▶ The data
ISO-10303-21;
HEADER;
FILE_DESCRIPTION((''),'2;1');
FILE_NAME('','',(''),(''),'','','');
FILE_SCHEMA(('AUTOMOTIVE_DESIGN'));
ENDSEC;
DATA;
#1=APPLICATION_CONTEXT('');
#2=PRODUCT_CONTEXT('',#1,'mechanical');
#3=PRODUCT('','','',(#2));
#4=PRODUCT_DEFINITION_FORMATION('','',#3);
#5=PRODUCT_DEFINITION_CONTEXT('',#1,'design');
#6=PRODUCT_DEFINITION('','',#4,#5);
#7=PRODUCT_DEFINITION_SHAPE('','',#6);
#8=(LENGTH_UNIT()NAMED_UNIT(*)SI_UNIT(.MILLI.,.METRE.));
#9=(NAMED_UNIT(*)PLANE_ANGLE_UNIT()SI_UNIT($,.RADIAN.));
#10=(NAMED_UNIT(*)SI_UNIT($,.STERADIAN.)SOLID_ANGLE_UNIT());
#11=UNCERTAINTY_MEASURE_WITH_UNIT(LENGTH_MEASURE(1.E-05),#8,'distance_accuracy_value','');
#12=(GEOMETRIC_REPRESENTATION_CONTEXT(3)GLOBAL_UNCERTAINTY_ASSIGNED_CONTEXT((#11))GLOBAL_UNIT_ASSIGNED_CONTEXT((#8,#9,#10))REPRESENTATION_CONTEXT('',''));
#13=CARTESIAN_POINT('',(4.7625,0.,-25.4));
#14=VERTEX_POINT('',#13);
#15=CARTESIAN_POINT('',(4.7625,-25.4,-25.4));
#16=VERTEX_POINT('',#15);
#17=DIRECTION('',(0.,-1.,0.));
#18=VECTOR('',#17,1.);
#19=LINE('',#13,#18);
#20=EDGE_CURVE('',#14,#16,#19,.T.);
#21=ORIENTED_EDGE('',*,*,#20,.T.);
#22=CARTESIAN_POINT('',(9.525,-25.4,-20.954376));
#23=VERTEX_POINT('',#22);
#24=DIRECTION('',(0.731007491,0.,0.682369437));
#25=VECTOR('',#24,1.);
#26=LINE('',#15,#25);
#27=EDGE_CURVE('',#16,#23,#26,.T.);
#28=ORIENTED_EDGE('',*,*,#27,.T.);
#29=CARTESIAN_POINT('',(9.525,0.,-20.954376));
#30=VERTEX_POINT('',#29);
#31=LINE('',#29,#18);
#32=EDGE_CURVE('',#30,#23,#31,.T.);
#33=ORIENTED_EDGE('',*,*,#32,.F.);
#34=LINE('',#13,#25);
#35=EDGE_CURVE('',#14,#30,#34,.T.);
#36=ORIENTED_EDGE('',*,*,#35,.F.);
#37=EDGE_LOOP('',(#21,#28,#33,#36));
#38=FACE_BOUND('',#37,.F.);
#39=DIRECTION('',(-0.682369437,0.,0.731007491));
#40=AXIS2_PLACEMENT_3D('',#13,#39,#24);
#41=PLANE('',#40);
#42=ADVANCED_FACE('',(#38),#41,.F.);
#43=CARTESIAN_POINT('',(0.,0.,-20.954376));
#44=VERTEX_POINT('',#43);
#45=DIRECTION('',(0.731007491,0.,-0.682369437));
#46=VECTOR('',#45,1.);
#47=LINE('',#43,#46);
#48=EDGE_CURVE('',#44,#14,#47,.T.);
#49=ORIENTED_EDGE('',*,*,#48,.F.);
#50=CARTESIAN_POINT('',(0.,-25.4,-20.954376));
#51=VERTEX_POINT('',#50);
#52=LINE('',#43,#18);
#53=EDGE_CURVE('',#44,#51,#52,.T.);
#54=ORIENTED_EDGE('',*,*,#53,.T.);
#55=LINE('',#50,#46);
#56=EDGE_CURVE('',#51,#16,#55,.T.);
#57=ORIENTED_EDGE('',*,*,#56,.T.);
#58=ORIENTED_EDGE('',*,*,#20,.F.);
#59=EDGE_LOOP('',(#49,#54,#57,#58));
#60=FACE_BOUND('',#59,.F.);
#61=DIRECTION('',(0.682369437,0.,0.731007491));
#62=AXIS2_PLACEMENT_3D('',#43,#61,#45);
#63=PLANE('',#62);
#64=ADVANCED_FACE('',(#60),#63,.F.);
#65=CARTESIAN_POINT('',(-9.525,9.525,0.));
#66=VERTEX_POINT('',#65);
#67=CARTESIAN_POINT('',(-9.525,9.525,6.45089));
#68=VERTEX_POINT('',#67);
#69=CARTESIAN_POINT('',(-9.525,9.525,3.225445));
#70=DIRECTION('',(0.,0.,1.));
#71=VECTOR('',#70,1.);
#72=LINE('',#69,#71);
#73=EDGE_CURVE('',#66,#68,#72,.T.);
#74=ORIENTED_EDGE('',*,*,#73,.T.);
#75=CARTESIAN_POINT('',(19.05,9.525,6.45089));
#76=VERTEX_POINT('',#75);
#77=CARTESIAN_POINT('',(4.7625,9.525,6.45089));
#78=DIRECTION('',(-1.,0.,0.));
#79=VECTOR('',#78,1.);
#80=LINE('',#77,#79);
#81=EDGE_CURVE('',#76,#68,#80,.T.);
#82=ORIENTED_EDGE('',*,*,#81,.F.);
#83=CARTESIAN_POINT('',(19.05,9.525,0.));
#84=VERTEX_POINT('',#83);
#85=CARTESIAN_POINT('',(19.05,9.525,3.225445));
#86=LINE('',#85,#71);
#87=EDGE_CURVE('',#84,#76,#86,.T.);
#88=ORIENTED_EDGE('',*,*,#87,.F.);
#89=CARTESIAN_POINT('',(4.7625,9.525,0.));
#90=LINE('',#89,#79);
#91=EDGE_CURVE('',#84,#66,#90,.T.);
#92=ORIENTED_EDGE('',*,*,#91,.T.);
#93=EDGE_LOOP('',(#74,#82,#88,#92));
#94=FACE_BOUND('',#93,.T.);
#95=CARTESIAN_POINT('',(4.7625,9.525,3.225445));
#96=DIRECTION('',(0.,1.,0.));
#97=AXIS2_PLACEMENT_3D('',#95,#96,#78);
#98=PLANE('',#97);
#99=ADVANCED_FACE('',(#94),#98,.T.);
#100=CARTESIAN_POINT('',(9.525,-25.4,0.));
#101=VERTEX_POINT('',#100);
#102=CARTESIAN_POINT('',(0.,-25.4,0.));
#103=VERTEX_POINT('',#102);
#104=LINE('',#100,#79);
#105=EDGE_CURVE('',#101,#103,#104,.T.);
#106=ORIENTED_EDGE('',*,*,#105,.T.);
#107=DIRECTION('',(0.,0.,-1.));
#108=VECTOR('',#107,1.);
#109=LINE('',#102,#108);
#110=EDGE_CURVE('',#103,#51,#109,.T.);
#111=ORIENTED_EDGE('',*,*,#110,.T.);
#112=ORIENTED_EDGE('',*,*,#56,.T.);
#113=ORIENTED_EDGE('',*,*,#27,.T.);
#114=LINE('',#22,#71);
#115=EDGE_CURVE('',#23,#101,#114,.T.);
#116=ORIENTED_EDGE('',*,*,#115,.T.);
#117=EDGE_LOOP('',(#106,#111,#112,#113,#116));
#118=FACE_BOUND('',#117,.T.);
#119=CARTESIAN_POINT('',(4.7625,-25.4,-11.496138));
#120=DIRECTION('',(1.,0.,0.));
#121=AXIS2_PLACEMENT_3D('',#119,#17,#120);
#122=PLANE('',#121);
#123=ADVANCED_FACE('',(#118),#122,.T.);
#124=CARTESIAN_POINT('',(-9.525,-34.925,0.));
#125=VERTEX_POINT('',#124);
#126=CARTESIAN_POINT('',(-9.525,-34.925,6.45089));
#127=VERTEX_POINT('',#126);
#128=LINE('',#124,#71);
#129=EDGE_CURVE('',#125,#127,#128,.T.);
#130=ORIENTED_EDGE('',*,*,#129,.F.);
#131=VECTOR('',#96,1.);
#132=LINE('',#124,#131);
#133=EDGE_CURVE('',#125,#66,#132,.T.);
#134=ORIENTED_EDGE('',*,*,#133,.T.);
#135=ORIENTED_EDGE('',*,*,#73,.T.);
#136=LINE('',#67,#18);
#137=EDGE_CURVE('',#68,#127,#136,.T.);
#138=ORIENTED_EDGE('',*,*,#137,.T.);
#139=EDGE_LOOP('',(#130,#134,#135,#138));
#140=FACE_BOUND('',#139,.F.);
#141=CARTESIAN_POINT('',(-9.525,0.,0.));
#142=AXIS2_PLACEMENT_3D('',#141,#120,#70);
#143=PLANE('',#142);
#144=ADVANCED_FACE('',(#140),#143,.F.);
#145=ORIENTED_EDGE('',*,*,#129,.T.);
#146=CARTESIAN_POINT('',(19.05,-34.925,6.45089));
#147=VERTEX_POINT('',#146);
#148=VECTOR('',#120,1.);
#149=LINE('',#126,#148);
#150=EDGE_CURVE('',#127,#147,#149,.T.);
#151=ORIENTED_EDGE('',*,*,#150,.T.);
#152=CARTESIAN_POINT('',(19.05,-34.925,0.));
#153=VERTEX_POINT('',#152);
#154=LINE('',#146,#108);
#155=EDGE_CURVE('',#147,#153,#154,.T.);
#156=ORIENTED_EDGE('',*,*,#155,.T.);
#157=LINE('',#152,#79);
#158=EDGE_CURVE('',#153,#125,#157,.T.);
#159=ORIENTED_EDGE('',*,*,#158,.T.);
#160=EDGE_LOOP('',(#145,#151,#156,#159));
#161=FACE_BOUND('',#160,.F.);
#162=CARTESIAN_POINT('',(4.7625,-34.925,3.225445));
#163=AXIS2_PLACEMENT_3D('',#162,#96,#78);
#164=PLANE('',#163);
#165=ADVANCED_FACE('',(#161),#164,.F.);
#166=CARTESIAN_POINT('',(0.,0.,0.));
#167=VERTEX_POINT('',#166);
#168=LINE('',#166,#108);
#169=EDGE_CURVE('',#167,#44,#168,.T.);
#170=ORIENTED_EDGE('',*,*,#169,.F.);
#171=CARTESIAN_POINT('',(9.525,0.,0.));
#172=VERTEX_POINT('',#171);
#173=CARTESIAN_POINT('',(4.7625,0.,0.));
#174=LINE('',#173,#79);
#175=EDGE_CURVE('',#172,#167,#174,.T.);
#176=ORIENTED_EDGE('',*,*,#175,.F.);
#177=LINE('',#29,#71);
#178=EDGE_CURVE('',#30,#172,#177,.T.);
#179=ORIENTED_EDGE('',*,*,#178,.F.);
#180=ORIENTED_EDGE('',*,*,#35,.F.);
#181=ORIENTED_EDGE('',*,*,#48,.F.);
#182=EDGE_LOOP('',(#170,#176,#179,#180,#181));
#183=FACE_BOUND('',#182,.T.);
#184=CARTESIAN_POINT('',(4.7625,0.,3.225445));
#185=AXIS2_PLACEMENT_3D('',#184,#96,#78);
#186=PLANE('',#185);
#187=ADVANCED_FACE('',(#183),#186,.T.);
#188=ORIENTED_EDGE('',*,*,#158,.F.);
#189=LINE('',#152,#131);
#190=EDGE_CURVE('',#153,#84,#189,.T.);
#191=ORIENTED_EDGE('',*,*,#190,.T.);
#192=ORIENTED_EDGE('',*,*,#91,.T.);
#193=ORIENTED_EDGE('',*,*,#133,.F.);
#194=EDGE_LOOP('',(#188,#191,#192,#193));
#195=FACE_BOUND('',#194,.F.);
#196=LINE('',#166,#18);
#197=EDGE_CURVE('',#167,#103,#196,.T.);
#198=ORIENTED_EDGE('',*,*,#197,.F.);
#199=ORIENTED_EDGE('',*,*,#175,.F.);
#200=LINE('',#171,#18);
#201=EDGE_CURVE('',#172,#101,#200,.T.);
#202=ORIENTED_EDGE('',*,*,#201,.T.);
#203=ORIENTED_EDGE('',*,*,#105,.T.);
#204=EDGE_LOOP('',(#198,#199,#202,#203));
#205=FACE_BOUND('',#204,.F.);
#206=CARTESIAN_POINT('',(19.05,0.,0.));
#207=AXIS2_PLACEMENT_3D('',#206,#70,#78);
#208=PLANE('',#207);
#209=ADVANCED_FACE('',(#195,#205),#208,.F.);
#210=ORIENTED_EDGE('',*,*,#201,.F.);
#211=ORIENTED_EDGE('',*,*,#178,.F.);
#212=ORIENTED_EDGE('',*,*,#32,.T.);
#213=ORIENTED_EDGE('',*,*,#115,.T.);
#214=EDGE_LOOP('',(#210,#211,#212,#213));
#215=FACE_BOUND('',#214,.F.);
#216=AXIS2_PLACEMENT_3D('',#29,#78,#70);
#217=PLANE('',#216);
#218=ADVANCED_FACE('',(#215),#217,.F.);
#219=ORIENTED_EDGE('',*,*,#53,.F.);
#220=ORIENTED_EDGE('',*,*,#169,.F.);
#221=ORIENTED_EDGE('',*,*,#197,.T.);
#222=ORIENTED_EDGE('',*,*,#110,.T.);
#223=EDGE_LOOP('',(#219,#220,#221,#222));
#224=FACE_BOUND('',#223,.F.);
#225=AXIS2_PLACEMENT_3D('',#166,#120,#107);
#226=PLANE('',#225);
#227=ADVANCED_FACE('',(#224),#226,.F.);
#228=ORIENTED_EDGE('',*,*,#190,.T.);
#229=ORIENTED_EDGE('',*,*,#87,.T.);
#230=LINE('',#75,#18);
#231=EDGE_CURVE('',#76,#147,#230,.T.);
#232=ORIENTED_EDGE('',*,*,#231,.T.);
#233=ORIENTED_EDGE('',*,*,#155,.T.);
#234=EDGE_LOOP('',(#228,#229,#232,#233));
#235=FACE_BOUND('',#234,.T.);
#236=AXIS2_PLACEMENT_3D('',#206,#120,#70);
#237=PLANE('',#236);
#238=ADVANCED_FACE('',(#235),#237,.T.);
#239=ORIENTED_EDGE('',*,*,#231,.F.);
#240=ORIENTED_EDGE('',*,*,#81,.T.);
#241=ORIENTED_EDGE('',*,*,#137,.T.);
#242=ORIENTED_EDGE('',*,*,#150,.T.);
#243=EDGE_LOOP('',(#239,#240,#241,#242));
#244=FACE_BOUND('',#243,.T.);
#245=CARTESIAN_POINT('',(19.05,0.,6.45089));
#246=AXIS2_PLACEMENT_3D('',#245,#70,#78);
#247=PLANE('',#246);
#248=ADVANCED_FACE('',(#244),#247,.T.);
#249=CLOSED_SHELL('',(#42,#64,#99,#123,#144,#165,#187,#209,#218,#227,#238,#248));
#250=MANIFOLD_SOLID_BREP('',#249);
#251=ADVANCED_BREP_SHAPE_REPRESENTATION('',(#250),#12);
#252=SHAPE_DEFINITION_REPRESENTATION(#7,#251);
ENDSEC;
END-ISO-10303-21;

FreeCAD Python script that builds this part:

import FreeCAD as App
import Part
import Sketcher
Q = App.Units.Quantity


def add_polygon(sketch, points):
    """Adds a closed chain of lines whose ends are joined by coincident constraints."""
    first, n = sketch.GeometryCount, len(points)
    for a, b in zip(points, points[1:] + points[:1]):
        sketch.addGeometry(Part.LineSegment(App.Vector(*a, 0), App.Vector(*b, 0)), False)
    for i in range(n):
        sketch.addConstraint(Sketcher.Constraint("Coincident", first + i, 2, first + (i + 1) % n, 1))

doc = App.newDocument("Part")
params = doc.addObject("Spreadsheet::Sheet", "Params")
for row, (alias, value) in enumerate([
    ("sketch1_width", "0.375 in"),
    ("pad1_length", "1 in"),
    ("sketch2_width", "1.125 in"),
    ("pad2_length", "1.375 in"),
    ("sketch3_width", "1.125 in"),
    ("pad3_length", "0.375 in"),
], start=1):
    params.set(f"A{row}", alias)
    params.set(f"B{row}", "=" + value)
    params.setAlias(f"B{row}", alias)

body = doc.addObject("PartDesign::Body", "Body")

sketch1 = body.newObject("Sketcher::SketchObject", "Sketch")
sketch1.AttachmentSupport = (doc.getObject("XZ_Plane"), [""])
sketch1.MapMode = "FlatFace"
add_polygon(sketch1, [(10, 0), (0, 0), (0, -21), (5, -25), (10, -21)])
sketch1.addConstraint(Sketcher.Constraint("Horizontal", 0))
sketch1.addConstraint(Sketcher.Constraint("Vertical", 1))
sketch1.addConstraint(Sketcher.Constraint("Vertical", 4))
sketch1.addConstraint(Sketcher.Constraint("Coincident", 0, 2, -1, 1))
sketch1.addConstraint(Sketcher.Constraint("Horizontal", 1, 2, 3, 2))
sketch1.addConstraint(Sketcher.Constraint("Equal", 2, 3))
sketch1.addConstraint(Sketcher.Constraint("DistanceY", 2, 2, -1, 1, Q("1 in")))
sketch1.addConstraint(Sketcher.Constraint("DistanceX", 0, 2, 0, 1, Q("0.375 in")))
sketch1.addConstraint(Sketcher.Constraint("Distance", 2, Q("6.514981 mm")))
sketch1.setExpression("Constraints[12]", "Params.sketch1_width")
pad1 = body.newObject("PartDesign::Pad", "Pad")
pad1.Profile = sketch1
pad1.setExpression("Length", "Params.pad1_length")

▶ Problem
I'd like the lines above from the one with "#39=DIRECTION('',(-0.682369437,0.,0.731007491));" up to and including the one with "#98=PLANE('',#97);" copied exactly, with no other lines.

▶ Response to the task
#39=DIRECTION('',(-0.682369437,0.,0.731007491));
#40=AXIS2_PLACEMENT_3D('',#13,#39,#24);
#41=PLANE('',#40);
#42=ADVANCED_FACE('',(#38),#41,.F.);
#43=CARTESIAN_POINT('',(0.,0.,-20.954376));
#44=VERTEX_POINT('',#43);
#45=DIRECTION('',(0.731007491,0.,-0.682369437));
#46=VECTOR('',#45,1.);
#47=LINE('',#43,#46);
#48=EDGE_CURVE('',#44,#14,#47,.T.);
#49=ORIENTED_EDGE('',*,*,#48,.F.);
#50=CARTESIAN_POINT('',(0.,-25.4,-20.954376));
#51=VERTEX_POINT('',#50);
#52=LINE('',#43,#18);
#53=EDGE_CURVE('',#44,#51,#52,.T.);
#54=ORIENTED_EDGE('',*,*,#53,.T.);
#55=LINE('',#50,#46);
#56=EDGE_CURVE('',#51,#16,#55,.T.);
#57=ORIENTED_EDGE('',*,*,#56,.T.);
#58=ORIENTED_EDGE('',*,*,#20,.F.);
#59=EDGE_LOOP('',(#49,#54,#57,#58));
#60=FACE_BOUND('',#59,.F.);
#61=DIRECTION('',(0.682369437,0.,0.731007491));
#62=AXIS2_PLACEMENT_3D('',#43,#61,#45);
#63=PLANE('',#62);
#64=ADVANCED_FACE('',(#60),#63,.F.);
#65=CARTESIAN_POINT('',(-9.525,9.525,0.));
#66=VERTEX_POINT('',#65);
#67=CARTESIAN_POINT('',(-9.525,9.525,6.45089));
#68=VERTEX_POINT('',#67);
#69=CARTESIAN_POINT('',(-9.525,9.525,3.225445));
#70=DIRECTION('',(0.,0.,1.));
#71=VECTOR('',#70,1.);
#72=LINE('',#69,#71);
#73=EDGE_CURVE('',#66,#68,#72,.T.);
#74=ORIENTED_EDGE('',*,*,#73,.T.);
#75=CARTESIAN_POINT('',(19.05,9.525,6.45089));
#76=VERTEX_POINT('',#75);
#77=CARTESIAN_POINT('',(4.7625,9.525,6.45089));
#78=DIRECTION('',(-1.,0.,0.));
#79=VECTOR('',#78,1.);
#80=LINE('',#77,#79);
#81=EDGE_CURVE('',#76,#68,#80,.T.);
#82=ORIENTED_EDGE('',*,*,#81,.F.);
#83=CARTESIAN_POINT('',(19.05,9.525,0.));
#84=VERTEX_POINT('',#83);
#85=CARTESIAN_POINT('',(19.05,9.525,3.225445));
#86=LINE('',#85,#71);
#87=EDGE_CURVE('',#84,#76,#86,.T.);
#88=ORIENTED_EDGE('',*,*,#87,.F.);
#89=CARTESIAN_POINT('',(4.7625,9.525,0.));
#90=LINE('',#89,#79);
#91=EDGE_CURVE('',#84,#66,#90,.T.);
#92=ORIENTED_EDGE('',*,*,#91,.T.);
#93=EDGE_LOOP('',(#74,#82,#88,#92));
#94=FACE_BOUND('',#93,.T.);
#95=CARTESIAN_POINT('',(4.7625,9.525,3.225445));
#96=DIRECTION('',(0.,1.,0.));
#97=AXIS2_PLACEMENT_3D('',#95,#96,#78);
#98=PLANE('',#97);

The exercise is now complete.